# [Exercise directions]
From the records below, print exactly the lines starting at the one containing "f 527 215 218" and ending at the one containing "f 514 512 192", ends included, and nothing else.

# [Records for this exercise]
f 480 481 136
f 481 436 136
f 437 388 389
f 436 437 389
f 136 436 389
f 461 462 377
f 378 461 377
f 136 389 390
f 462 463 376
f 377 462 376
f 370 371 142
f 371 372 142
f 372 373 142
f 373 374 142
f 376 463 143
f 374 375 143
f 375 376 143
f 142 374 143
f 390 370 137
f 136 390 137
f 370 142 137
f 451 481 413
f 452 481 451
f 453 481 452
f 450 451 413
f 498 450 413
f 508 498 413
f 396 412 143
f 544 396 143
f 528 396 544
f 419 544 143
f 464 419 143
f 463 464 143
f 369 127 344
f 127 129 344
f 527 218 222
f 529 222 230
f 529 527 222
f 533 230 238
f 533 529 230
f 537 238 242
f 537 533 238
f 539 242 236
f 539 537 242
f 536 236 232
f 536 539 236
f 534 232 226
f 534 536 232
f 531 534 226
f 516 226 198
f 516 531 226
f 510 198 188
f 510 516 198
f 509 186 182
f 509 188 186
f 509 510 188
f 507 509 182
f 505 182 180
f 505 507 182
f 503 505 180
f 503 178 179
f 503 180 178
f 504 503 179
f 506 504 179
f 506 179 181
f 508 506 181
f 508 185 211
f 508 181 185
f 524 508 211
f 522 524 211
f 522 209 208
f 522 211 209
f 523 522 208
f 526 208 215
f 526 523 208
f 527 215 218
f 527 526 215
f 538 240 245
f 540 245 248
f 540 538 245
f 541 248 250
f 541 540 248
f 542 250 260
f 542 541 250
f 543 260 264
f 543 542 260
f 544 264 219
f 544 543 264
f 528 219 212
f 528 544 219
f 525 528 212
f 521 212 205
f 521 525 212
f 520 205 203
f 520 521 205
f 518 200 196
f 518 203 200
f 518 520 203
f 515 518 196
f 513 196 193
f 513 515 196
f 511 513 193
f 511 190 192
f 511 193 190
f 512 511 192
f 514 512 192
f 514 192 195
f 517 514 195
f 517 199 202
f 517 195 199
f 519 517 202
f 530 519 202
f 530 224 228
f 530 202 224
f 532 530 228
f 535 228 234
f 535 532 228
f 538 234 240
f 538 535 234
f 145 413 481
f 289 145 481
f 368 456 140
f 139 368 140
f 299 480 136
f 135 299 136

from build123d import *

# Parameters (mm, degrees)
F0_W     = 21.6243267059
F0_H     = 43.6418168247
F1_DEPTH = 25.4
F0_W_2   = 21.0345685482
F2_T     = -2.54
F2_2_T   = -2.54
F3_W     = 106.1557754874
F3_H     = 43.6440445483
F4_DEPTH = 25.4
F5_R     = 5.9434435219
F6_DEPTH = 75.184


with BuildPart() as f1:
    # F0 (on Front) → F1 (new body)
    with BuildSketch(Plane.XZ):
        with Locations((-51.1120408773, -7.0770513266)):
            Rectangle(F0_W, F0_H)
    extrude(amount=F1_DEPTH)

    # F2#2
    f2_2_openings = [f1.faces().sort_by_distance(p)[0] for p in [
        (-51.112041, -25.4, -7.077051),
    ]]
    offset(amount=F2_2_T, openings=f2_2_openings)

# [Completed task]
f 527 215 218
f 527 526 215
f 538 240 245
f 540 245 248
f 540 538 245
f 541 248 250
f 541 540 248
f 542 250 260
f 542 541 250
f 543 260 264
f 543 542 260
f 544 264 219
f 544 543 264
f 528 219 212
f 528 544 219
f 525 528 212
f 521 212 205
f 521 525 212
f 520 205 203
f 520 521 205
f 518 200 196
f 518 203 200
f 518 520 203
f 515 518 196
f 513 196 193
f 513 515 196
f 511 513 193
f 511 190 192
f 511 193 190
f 512 511 192
f 514 512 192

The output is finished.